● **Exercise description**
Collect each line of the entries that holds the string "Plane".

● **Supplied material**
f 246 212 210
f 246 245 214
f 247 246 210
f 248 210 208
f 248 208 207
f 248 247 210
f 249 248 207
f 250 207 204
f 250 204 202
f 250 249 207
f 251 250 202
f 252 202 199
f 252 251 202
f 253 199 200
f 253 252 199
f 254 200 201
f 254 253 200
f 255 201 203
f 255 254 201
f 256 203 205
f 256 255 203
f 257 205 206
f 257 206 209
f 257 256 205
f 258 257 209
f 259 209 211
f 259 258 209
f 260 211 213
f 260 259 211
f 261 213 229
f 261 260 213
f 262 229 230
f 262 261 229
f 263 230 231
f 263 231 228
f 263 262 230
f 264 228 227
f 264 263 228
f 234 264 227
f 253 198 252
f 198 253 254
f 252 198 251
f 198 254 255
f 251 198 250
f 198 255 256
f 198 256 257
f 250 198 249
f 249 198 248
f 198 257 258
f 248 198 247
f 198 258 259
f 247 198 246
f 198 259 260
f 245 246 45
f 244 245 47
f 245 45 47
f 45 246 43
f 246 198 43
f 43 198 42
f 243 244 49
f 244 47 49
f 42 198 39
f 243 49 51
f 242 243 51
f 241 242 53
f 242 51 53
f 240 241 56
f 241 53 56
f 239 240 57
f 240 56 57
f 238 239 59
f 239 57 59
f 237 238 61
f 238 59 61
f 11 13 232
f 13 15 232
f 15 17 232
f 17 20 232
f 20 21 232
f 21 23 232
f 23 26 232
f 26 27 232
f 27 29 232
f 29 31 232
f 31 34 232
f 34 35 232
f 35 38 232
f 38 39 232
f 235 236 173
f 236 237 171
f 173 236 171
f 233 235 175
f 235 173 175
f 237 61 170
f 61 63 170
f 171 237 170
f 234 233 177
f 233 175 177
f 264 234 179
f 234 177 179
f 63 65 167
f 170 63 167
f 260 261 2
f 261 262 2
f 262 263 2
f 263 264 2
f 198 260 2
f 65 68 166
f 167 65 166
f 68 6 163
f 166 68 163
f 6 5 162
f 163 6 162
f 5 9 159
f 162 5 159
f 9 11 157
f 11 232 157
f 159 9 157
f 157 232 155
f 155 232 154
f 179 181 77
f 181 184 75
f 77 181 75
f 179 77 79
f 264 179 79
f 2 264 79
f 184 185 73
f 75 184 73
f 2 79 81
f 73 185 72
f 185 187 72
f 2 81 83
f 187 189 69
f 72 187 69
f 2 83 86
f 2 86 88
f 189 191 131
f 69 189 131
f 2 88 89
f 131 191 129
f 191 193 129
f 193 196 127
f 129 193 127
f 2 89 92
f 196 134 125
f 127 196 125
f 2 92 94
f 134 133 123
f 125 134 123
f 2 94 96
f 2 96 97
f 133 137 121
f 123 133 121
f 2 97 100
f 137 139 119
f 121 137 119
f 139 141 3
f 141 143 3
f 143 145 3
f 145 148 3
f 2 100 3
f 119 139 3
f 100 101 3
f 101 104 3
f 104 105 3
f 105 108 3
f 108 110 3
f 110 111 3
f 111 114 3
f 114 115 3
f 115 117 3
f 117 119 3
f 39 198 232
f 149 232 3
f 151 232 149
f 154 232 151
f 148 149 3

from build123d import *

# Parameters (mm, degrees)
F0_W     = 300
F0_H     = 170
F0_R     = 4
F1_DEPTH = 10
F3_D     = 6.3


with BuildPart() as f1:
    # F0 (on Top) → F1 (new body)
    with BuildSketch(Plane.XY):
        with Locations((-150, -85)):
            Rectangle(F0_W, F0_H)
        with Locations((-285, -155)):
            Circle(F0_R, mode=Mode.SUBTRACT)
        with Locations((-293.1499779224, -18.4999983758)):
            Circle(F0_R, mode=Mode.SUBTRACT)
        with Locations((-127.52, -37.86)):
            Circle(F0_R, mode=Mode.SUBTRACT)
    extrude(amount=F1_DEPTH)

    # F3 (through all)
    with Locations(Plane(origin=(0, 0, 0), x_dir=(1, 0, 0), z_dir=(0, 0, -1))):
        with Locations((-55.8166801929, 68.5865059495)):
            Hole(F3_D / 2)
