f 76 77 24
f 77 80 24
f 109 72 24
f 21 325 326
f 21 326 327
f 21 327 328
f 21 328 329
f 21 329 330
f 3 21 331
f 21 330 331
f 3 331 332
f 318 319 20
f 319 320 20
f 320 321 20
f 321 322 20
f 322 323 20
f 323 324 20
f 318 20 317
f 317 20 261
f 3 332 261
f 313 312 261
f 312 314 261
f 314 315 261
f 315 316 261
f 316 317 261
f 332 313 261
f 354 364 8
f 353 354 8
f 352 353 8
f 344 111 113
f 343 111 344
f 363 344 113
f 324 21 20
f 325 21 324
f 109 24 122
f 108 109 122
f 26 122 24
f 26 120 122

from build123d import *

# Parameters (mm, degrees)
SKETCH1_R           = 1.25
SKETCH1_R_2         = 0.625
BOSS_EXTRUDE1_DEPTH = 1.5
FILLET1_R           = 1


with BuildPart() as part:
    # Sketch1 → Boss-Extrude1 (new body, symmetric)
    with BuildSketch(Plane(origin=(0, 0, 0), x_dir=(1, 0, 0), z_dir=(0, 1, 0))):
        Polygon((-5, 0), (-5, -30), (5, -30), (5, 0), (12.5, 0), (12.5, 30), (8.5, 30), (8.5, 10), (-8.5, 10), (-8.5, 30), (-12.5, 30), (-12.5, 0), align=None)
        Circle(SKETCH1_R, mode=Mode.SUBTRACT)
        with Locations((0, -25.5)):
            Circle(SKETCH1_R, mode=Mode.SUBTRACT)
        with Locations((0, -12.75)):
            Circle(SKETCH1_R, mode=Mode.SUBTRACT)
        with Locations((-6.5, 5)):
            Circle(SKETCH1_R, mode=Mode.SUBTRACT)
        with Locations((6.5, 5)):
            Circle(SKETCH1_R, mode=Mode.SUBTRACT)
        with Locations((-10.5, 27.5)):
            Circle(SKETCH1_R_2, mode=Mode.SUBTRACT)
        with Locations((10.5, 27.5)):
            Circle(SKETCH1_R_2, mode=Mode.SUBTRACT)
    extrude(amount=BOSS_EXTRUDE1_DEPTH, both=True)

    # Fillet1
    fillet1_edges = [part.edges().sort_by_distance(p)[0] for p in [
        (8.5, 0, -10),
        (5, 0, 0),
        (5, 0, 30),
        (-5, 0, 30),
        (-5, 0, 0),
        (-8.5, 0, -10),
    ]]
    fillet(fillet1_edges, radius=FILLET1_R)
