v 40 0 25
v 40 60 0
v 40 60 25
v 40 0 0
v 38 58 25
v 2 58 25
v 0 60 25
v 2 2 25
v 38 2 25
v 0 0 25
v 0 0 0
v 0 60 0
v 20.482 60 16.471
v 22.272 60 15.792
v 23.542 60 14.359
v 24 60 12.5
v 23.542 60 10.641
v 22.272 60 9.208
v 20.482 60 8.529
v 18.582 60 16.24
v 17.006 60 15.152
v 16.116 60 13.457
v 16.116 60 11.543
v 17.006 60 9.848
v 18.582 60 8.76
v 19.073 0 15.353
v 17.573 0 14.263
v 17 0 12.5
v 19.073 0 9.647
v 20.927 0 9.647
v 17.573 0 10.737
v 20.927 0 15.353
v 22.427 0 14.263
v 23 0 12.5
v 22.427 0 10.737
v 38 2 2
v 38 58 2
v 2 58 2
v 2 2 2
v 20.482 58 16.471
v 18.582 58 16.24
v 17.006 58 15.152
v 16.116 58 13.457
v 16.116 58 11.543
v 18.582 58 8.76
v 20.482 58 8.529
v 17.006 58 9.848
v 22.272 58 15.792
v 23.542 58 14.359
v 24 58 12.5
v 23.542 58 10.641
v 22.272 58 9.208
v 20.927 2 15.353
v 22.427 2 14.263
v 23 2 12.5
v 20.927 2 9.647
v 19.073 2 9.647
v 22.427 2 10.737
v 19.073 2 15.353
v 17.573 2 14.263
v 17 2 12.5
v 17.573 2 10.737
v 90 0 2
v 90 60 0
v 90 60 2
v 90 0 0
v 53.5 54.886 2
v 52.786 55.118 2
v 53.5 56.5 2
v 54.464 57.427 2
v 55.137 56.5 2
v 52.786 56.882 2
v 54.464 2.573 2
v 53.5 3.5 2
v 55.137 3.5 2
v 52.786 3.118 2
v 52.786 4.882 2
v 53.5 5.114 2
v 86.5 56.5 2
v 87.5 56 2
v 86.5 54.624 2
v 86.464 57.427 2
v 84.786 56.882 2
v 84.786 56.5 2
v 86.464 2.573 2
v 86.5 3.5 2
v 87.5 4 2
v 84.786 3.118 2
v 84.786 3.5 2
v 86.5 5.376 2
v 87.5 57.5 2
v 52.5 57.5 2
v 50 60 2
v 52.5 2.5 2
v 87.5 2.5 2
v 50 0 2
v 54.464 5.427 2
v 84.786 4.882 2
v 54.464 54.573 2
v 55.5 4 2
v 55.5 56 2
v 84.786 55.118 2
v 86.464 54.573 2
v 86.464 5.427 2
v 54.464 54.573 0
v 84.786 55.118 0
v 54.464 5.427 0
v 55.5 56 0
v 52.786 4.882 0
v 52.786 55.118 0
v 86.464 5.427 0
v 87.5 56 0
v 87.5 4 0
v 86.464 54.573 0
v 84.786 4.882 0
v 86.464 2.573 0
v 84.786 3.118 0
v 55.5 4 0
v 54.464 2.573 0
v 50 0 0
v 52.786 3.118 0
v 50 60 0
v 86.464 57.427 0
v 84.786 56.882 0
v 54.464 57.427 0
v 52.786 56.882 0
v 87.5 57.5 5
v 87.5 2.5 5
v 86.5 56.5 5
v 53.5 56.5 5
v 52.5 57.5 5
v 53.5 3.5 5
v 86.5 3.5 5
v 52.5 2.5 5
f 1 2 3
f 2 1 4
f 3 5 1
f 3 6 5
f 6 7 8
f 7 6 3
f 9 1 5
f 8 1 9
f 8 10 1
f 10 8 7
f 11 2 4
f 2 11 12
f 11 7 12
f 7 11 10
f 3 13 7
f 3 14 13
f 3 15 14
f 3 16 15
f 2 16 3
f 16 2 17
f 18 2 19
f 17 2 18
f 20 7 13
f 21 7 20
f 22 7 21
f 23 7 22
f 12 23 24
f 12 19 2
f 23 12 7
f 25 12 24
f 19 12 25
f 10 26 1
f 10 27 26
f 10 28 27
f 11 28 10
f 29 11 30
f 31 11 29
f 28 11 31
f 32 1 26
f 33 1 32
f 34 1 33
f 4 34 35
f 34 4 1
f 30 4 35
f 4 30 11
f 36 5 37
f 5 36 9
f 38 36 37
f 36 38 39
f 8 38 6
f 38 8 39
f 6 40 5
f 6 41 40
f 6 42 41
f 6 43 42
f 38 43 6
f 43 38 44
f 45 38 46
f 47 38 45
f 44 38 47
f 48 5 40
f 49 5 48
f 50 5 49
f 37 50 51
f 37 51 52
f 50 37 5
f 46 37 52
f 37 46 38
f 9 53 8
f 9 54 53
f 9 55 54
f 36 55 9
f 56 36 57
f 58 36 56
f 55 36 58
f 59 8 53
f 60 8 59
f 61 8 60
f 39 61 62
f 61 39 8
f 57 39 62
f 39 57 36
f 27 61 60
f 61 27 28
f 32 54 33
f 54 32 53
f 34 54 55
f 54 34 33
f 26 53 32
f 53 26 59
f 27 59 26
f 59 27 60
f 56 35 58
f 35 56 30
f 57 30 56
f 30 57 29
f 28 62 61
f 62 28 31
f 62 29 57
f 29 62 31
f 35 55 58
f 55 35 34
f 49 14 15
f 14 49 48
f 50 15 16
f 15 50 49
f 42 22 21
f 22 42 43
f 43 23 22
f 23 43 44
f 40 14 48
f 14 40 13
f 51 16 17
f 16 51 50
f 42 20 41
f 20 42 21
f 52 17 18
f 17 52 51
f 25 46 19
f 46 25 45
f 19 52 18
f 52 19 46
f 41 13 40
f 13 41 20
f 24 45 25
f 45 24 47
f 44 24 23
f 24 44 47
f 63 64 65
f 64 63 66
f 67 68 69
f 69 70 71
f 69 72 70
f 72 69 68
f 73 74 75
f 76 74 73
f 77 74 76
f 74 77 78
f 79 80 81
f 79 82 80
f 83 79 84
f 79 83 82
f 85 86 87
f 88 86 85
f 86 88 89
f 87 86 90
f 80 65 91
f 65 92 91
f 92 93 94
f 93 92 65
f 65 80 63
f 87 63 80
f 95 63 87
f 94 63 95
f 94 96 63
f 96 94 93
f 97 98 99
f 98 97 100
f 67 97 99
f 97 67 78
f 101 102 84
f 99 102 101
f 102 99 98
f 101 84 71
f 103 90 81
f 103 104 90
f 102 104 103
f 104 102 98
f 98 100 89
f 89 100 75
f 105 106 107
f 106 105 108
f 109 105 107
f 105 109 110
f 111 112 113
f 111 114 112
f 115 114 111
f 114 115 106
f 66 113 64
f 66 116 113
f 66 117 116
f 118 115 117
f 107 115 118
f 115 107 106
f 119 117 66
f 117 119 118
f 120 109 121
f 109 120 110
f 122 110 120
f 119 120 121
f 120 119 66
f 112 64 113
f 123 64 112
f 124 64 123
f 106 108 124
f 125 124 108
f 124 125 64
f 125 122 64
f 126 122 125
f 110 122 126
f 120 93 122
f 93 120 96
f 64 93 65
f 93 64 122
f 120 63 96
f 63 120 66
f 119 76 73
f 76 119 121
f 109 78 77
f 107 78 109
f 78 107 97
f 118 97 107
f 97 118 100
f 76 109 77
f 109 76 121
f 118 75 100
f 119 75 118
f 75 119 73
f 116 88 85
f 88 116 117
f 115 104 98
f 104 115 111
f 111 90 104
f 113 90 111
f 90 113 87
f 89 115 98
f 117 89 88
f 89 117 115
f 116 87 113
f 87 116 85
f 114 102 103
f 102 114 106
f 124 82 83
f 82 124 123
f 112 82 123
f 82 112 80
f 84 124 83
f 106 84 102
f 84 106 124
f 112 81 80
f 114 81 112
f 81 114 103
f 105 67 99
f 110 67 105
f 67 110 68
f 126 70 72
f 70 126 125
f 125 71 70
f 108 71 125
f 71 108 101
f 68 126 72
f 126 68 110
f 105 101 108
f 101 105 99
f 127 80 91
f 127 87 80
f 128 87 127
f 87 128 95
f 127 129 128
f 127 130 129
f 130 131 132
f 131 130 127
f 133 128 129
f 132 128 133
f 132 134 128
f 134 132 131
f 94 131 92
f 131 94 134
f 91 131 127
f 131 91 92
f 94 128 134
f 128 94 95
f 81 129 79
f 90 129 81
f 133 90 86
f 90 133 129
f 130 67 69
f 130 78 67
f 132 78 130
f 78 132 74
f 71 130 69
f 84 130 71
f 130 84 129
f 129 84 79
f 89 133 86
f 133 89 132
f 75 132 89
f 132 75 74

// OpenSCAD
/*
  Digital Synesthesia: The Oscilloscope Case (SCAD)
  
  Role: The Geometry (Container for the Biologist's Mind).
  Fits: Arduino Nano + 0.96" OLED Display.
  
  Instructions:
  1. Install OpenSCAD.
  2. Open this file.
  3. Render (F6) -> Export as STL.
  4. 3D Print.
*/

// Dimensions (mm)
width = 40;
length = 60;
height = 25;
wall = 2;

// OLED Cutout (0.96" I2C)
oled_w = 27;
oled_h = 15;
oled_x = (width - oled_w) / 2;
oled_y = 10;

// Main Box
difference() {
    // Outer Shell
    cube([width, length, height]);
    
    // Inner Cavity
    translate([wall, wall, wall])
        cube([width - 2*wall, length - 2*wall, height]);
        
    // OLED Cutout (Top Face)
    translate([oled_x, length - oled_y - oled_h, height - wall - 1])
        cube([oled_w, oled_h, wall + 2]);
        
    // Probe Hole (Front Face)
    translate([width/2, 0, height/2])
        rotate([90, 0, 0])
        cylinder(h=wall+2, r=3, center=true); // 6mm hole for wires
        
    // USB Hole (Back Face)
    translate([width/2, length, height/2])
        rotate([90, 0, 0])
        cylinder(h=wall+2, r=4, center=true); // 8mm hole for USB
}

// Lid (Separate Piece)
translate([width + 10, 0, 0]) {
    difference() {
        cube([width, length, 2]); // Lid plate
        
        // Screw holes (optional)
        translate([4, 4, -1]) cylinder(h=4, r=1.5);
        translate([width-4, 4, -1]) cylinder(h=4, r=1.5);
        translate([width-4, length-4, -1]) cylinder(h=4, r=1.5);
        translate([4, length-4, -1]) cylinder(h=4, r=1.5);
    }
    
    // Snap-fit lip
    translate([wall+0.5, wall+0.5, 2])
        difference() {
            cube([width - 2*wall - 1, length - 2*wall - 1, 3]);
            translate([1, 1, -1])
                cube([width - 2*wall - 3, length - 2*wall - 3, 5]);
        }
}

● **Response below**
    with BuildSketch(Plane.XY):
    with Locations(Plane(origin=(0, 0, 0), x_dir=(1, 0, 0), z_dir=(0, 0, -1))):
    with BuildSketch(Plane(origin=(0, 0, 0), x_dir=(1, 0, 0), z_dir=(0, 1, 0))):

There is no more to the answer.